- Exercise:
Identify each line below that contains the word "ThreePointArc", and copy it out.

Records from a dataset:

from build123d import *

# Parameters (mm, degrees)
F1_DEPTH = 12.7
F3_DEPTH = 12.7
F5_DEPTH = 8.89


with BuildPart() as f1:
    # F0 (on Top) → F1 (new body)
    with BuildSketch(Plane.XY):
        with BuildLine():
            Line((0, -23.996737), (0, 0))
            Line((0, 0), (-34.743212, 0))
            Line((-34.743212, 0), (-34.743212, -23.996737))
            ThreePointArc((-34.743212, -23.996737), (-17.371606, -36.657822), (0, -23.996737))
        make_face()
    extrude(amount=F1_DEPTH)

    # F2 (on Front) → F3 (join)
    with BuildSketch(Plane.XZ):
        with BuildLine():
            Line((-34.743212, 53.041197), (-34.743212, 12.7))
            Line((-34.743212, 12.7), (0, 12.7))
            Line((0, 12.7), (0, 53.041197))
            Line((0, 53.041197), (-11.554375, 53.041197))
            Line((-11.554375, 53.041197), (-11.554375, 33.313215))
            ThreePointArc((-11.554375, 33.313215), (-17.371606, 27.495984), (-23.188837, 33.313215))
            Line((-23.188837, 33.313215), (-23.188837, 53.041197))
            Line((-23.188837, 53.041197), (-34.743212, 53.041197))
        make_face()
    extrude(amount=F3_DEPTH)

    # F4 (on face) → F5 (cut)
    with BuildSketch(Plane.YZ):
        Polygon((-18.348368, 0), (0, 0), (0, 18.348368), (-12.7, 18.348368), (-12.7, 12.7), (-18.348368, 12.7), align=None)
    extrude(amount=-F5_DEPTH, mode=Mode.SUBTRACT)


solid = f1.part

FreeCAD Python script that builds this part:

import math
import FreeCAD as App
import Part
import Sketcher
Q = App.Units.Quantity


def add_polygon(sketch, points):
    """Adds a closed chain of lines whose ends are joined by coincident constraints."""
    first, n = sketch.GeometryCount, len(points)
    for a, b in zip(points, points[1:] + points[:1]):
        sketch.addGeometry(Part.LineSegment(App.Vector(*a, 0), App.Vector(*b, 0)), False)
    for i in range(n):
        sketch.addConstraint(Sketcher.Constraint("Coincident", first + i, 2, first + (i + 1) % n, 1))

doc = App.newDocument("Part")
body = doc.addObject("PartDesign::Body", "Body")

# Sketch on XY plane
sketch1 = body.newObject("Sketcher::SketchObject", "Sketch")
sketch1.AttachmentSupport = (doc.getObject("XY_Plane"), [""])
sketch1.MapMode = "FlatFace"
sketch1.addGeometry([
    Part.LineSegment(App.Vector(0, -23.996737, 0), App.Vector(0, 0, 0)),
    Part.LineSegment(App.Vector(0, 0, 0), App.Vector(-34.743212, 0, 0)),
    Part.LineSegment(App.Vector(-34.743212, 0, 0), App.Vector(-34.743212, -23.996737, 0)),
    Part.ArcOfCircle(Part.Circle(App.Vector(-17.371606, -18.409948, 0), App.Vector(0, 0, 1), 18.247874), math.radians(-162.171968), math.radians(-17.828032)),
], False)
sketch1.addConstraint([
    Sketcher.Constraint("Coincident", 0, 2, 1, 1),
    Sketcher.Constraint("Coincident", 1, 2, 2, 1),
    Sketcher.Constraint("Coincident", 2, 2, 3, 1),
    Sketcher.Constraint("Coincident", 3, 2, 0, 1),
    Sketcher.Constraint("Vertical", 0),
    Sketcher.Constraint("Horizontal", 1),
    Sketcher.Constraint("Vertical", 2),
    Sketcher.Constraint("Coincident", 0, 2, -1, 1),
    Sketcher.Constraint("Horizontal", 2, 2, 3, 2),
    Sketcher.Constraint("Radius", 3, 18.247874),
    Sketcher.Constraint("DistanceX", 1, 2, 1, 1, 34.743212),
    Sketcher.Constraint("DistanceY", 0, 1, 0, 2, 23.996737),
])
pad1 = body.newObject("PartDesign::Pad", "Pad")
pad1.Profile = sketch1
pad1.Length = Q("0.5 in")

# Sketch on XZ plane
sketch2 = body.newObject("Sketcher::SketchObject", "Sketch001")
sketch2.AttachmentSupport = (doc.getObject("XZ_Plane"), [""])
sketch2.MapMode = "FlatFace"
sketch2.addGeometry([
    Part.LineSegment(App.Vector(-34.743212, 53.041197, 0), App.Vector(-34.743212, 12.7, 0)),  # 0
    Part.LineSegment(App.Vector(-34.743212, 12.7, 0), App.Vector(0, 12.7, 0)),  # 1
    Part.LineSegment(App.Vector(0, 12.7, 0), App.Vector(0, 53.041197, 0)),  # 2
    Part.LineSegment(App.Vector(0, 53.041197, 0), App.Vector(-11.554375, 53.041197, 0)),  # 3
    Part.LineSegment(App.Vector(-11.554375, 53.041197, 0), App.Vector(-11.554375, 33.313215, 0)),  # 4
    Part.ArcOfCircle(Part.Circle(App.Vector(-17.371606, 33.313215, 0), App.Vector(0, 0, 1), 5.817231), math.radians(180), math.radians(360)),  # 5
    Part.LineSegment(App.Vector(-23.188837, 33.313215, 0), App.Vector(-23.188837, 53.041197, 0)),  # 6
    Part.LineSegment(App.Vector(-23.188837, 53.041197, 0), App.Vector(-34.743212, 53.041197, 0)),  # 7
], False)
sketch2.addConstraint([
    Sketcher.Constraint("Coincident", 0, 2, 1, 1),
    Sketcher.Constraint("Coincident", 1, 2, 2, 1),
    Sketcher.Constraint("Coincident", 2, 2, 3, 1),
    Sketcher.Constraint("Coincident", 3, 2, 4, 1),
    Sketcher.Constraint("Tangent", 4, 2, 5, 2),
    Sketcher.Constraint("Tangent", 5, 1, 6, 1),
    Sketcher.Constraint("Coincident", 6, 2, 7, 1),
    Sketcher.Constraint("Coincident", 7, 2, 0, 1),
    Sketcher.Constraint("Vertical", 0),
    Sketcher.Constraint("Horizontal", 1),
    Sketcher.Constraint("Vertical", 2),
    Sketcher.Constraint("Horizontal", 3),
    Sketcher.Constraint("Vertical", 4),
    Sketcher.Constraint("Vertical", 6),
    Sketcher.Constraint("Horizontal", 7),
    Sketcher.Constraint("PointOnObject", 1, 2, -2),
    Sketcher.Constraint("Horizontal", 3, 2, 6, 2),
    Sketcher.Constraint("Equal", 3, 7),
    Sketcher.Constraint("DistanceY", -1, 1, 0, 2, Q("0.5 in")),
    Sketcher.Constraint("Radius", 5, 5.817231),
    Sketcher.Constraint("DistanceY", 4, 2, 4, 1, 19.727982),
    Sketcher.Constraint("DistanceX", 1, 1, 1, 2, 34.743212),
    Sketcher.Constraint("DistanceY", 0, 2, 0, 1, 40.341197),
])
pad2 = body.newObject("PartDesign::Pad", "Pad001")
pad2.Profile = sketch2
pad2.Length = Q("0.5 in")

# Sketch on YZ plane
sketch3 = body.newObject("Sketcher::SketchObject", "Sketch002")
sketch3.AttachmentSupport = (doc.getObject("YZ_Plane"), [""])
sketch3.MapMode = "FlatFace"
add_polygon(sketch3, [(-18.348368, 0), (0, 0), (0, 18.348368), (-12.7, 18.348368), (-12.7, 12.7), (-18.348368, 12.7)])  # lines 0-5
sketch3.addConstraint([
    Sketcher.Constraint("Horizontal", 0),
    Sketcher.Constraint("Vertical", 1),
    Sketcher.Constraint("Horizontal", 2),
    Sketcher.Constraint("Vertical", 3),
    Sketcher.Constraint("Horizontal", 4),
    Sketcher.Constraint("Vertical", 5),
    Sketcher.Constraint("Coincident", 0, 2, -1, 1),
    Sketcher.Constraint("Equal", 0, 1),
    Sketcher.Constraint("Equal", 4, 3),
    Sketcher.Constraint("DistanceX", 2, 2, 2, 1, Q("0.5 in")),
    Sketcher.Constraint("DistanceX", 0, 1, 0, 2, 18.348368),
])
pocket1 = body.newObject("PartDesign::Pocket", "Pocket")
pocket1.Profile = sketch3
pocket1.Length = Q("0.35 in")

doc.recompute()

- Written solution:
            ThreePointArc((-34.743212, -23.996737), (-17.371606, -36.657822), (0, -23.996737))
            ThreePointArc((-11.554375, 33.313215), (-17.371606, 27.495984), (-23.188837, 33.313215))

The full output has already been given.